Another challenge was called the "beached whale". It's an apt name. You are climbing up the side of a mound, like a giant mushroom. But there's not much headroom. So, by the time you get to the top, you're splayed out on your belly, flailing like a beached whale.

During our tour, Sam pointed out something known as "moon milk". It's a white oozy substance that is typical in caves. No one knows quite how or why, but if you take the moon milk and form it into a shape, like a ball or a snowman, it slowly loses it shape and returns to a mound. Very eerie stuff!

At the halfway point, we came to a place with enough room to stand and walk around. We were even allowed to remove our helmets. It was just over a rise from the Garden of Eden tour. You can hear the tourists and see the lights on the other side. In this little room is a Tupperware container that holds a book. Each wild caving group is asked to write something in the book.

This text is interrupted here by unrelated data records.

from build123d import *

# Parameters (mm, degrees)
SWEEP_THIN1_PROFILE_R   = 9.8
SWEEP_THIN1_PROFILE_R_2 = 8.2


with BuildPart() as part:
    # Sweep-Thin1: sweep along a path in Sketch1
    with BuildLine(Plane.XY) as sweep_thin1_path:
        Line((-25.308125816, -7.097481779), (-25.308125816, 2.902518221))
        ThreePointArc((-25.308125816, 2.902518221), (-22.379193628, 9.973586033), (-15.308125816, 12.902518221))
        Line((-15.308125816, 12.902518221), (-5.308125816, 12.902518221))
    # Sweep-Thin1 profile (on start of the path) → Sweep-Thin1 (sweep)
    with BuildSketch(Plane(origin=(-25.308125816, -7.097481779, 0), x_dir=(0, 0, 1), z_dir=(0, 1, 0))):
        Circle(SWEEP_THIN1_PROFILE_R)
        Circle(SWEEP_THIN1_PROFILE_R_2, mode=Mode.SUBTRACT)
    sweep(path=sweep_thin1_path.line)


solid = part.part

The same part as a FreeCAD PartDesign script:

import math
import FreeCAD as App
import Part
import Sketcher
Q = App.Units.Quantity

doc = App.newDocument("Part")
body = doc.addObject("PartDesign::Body", "Body")

# Sketch on XZ plane
sketch1 = body.newObject("Sketcher::SketchObject", "Sketch")
sketch1.AttachmentSupport = (doc.getObject("XZ_Plane"), [""])
sketch1.MapMode = "FlatFace"
sketch1.AttachmentOffset = App.Placement(App.Vector(0, 0, 7.097482), App.Rotation())
sketch1.addGeometry([
    Part.Circle(App.Vector(-25, 0, 0), App.Vector(0, 0, 1), 10),
    Part.Circle(App.Vector(-25, 0, 0), App.Vector(0, 0, 1), 8),
], False)
sketch1.addConstraint([
    Sketcher.Constraint("Coincident", 1, 3, 0, 3),
    Sketcher.Constraint("PointOnObject", 0, 3, -1),
    Sketcher.Constraint("Diameter", 0, Q("19.6 mm")),
    Sketcher.Constraint("Diameter", 1, Q("16.4 mm")),
    Sketcher.Constraint("DistanceX", 0, 3, -1, 1, Q("25.308126 mm")),
])

# Sketch on XY plane
sketch2 = body.newObject("Sketcher::SketchObject", "Sketch001")
sketch2.AttachmentSupport = (doc.getObject("XY_Plane"), [""])
sketch2.MapMode = "FlatFace"
sketch2.addGeometry([
    Part.LineSegment(App.Vector(-25, -7, 0), App.Vector(-25, 3, 0)),
    Part.ArcOfCircle(Part.Circle(App.Vector(-15, 3, 0), App.Vector(0, 0, 1), 10), math.radians(90), math.radians(180)),
    Part.LineSegment(App.Vector(-15, 13, 0), App.Vector(-5, 13, 0)),
], False)
sketch2.addConstraint([
    Sketcher.Constraint("Tangent", 0, 2, 1, 2),
    Sketcher.Constraint("Tangent", 1, 1, 2, 1),
    Sketcher.Constraint("Vertical", 0),
    Sketcher.Constraint("Horizontal", 2),
    Sketcher.Constraint("Equal", 2, 0),
    Sketcher.Constraint("Radius", 1, Q("10 mm")),
    Sketcher.Constraint("DistanceX", 2, 1, 2, 2, Q("10 mm")),
    Sketcher.Constraint("DistanceY", -1, 1, 1, 3, Q("2.902518 mm")),
    Sketcher.Constraint("DistanceX", 1, 3, -1, 1, Q("15.308126 mm")),
])
doc.recompute()

additivepipe = body.newObject("PartDesign::AdditivePipe", "AdditivePipe")
additivepipe.Profile = sketch1
additivepipe.Spine = (sketch2, ["Edge1", "Edge2", "Edge3"])

doc.recompute()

If the tour is late arriving back in the Visitor Center, the rangers can climb over the wall and check the book. If the group has left a message, they know that they completed the first leg of the tour, and they know the time they did so. It narrows down the search area. I'm pleased that no rescuers needed to read our message.

I later checked the map to see where we'd been. It's difficult to read because the real thing is three dimensional. The different colors represent different elevations. I know we saw Rome. "All roads lead to Rome." It's the hub for many spokes of a wheel. We also saw the "Muddle Room". It, too, contains many different openings.

By the end, I was dirty, bruised, hungry, tired, and euphoric. I wasn't as filthy as I expected to be. And I was dry, which was also a concern I had before I learned how little water was in the cave.

I can't wait to do some more wild caving in the future.